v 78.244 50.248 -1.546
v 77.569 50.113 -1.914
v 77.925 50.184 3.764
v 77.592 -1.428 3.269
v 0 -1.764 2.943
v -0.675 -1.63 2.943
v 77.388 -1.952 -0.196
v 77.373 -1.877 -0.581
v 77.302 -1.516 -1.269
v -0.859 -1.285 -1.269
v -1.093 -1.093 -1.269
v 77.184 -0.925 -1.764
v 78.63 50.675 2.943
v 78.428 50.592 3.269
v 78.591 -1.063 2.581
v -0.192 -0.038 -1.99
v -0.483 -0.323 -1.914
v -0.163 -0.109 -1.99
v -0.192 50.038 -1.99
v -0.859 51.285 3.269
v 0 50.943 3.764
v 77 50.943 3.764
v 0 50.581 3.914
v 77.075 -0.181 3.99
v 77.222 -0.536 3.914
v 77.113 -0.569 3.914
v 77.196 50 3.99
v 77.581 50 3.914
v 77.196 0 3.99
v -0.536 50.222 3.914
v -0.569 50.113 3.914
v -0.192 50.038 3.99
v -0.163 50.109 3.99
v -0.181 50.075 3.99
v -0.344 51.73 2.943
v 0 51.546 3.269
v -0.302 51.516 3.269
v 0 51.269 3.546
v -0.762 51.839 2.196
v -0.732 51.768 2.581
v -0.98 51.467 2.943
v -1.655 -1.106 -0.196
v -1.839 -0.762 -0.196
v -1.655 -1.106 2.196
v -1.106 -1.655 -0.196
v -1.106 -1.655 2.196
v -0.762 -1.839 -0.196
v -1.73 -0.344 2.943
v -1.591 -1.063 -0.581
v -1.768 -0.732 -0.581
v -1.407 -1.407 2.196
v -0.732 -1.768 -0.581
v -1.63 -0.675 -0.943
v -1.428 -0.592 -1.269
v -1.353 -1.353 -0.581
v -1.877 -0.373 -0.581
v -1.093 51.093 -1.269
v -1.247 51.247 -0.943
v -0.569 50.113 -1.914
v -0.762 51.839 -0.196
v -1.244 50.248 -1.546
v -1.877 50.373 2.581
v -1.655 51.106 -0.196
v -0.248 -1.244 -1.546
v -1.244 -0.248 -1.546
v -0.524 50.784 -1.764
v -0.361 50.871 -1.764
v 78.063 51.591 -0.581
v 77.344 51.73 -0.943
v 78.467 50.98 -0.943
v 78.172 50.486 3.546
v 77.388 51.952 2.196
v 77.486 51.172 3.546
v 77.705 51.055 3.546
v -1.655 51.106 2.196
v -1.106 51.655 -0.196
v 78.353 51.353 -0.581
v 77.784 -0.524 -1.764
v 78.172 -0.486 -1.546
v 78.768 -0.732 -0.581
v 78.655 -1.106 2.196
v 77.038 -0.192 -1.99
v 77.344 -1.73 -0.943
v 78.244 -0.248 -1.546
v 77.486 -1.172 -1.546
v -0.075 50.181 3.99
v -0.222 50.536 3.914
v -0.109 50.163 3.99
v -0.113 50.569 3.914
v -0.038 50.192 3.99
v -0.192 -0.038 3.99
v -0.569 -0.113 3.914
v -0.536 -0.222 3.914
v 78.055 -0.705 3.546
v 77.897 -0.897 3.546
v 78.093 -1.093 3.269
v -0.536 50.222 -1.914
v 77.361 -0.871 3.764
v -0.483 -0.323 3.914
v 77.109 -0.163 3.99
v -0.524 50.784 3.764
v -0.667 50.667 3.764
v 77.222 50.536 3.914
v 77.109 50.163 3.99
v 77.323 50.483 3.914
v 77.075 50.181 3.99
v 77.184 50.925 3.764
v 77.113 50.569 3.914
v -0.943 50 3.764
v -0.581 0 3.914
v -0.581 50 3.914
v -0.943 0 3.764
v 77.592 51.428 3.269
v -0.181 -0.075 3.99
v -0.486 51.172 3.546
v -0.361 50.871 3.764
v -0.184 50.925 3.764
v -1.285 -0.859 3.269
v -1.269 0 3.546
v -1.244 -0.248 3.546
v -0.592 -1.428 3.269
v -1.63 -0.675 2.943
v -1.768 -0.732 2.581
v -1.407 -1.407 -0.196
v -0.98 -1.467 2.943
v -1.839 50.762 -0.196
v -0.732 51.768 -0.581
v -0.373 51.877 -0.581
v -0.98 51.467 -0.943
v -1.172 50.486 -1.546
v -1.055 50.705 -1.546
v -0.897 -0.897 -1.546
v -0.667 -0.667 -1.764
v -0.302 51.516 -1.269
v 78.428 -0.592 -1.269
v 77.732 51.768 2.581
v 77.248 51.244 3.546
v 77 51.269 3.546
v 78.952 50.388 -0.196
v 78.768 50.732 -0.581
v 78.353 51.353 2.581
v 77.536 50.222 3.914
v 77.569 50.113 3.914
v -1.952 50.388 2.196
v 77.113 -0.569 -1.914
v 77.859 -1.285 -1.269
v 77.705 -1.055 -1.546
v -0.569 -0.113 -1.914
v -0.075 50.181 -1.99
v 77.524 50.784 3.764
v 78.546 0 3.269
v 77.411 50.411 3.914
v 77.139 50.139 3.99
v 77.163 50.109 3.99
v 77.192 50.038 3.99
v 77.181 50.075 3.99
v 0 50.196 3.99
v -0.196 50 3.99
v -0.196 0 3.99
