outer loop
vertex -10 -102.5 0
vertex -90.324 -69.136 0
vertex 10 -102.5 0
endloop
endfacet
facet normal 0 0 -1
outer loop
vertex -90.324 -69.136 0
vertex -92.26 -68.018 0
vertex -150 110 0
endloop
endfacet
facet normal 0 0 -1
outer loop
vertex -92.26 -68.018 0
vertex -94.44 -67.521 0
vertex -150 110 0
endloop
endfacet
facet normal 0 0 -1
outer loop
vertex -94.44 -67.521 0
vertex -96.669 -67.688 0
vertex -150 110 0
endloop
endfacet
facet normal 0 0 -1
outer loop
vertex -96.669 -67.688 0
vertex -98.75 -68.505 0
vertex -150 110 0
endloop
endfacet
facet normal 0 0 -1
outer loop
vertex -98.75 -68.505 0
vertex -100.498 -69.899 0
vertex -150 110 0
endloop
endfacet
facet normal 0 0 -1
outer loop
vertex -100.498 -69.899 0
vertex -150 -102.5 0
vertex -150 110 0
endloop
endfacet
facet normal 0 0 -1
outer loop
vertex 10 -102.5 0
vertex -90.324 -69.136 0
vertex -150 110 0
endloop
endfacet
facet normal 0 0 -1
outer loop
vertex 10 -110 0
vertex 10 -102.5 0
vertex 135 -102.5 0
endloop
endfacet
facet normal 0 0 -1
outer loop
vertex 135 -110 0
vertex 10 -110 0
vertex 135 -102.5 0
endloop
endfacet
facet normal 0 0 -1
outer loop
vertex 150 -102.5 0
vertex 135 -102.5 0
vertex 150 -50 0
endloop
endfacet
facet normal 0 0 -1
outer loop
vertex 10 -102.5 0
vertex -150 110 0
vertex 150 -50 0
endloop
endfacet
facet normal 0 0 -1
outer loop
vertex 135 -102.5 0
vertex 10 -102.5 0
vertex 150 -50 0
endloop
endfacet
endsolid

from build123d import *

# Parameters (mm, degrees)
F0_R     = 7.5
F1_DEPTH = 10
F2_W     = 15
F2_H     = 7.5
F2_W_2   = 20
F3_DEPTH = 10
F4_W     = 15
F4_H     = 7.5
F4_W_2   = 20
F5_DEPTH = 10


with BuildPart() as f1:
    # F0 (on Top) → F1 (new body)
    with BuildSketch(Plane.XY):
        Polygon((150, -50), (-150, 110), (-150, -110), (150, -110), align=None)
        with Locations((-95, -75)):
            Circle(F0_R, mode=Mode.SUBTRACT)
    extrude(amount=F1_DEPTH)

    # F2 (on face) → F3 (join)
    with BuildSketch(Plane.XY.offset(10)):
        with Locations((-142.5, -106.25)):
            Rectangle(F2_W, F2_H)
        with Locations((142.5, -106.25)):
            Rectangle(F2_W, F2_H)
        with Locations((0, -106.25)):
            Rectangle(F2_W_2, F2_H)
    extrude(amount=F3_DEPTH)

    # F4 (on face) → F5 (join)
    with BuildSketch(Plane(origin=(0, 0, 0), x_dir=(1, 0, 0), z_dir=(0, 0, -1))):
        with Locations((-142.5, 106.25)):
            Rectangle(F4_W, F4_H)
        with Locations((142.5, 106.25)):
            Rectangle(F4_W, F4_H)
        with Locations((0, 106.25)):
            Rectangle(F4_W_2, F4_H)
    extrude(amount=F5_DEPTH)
#####
§ **Exercise**:
Extract every line above that contains the word "with".

§ **Result of the exercise**:
with BuildPart() as f1:
    with BuildSketch(Plane.XY):
        with Locations((-95, -75)):
    with BuildSketch(Plane.XY.offset(10)):
        with Locations((-142.5, -106.25)):
        with Locations((142.5, -106.25)):
        with Locations((0, -106.25)):
    with BuildSketch(Plane(origin=(0, 0, 0), x_dir=(1, 0, 0), z_dir=(0, 0, -1))):
        with Locations((-142.5, 106.25)):
        with Locations((142.5, 106.25)):
        with Locations((0, 106.25)):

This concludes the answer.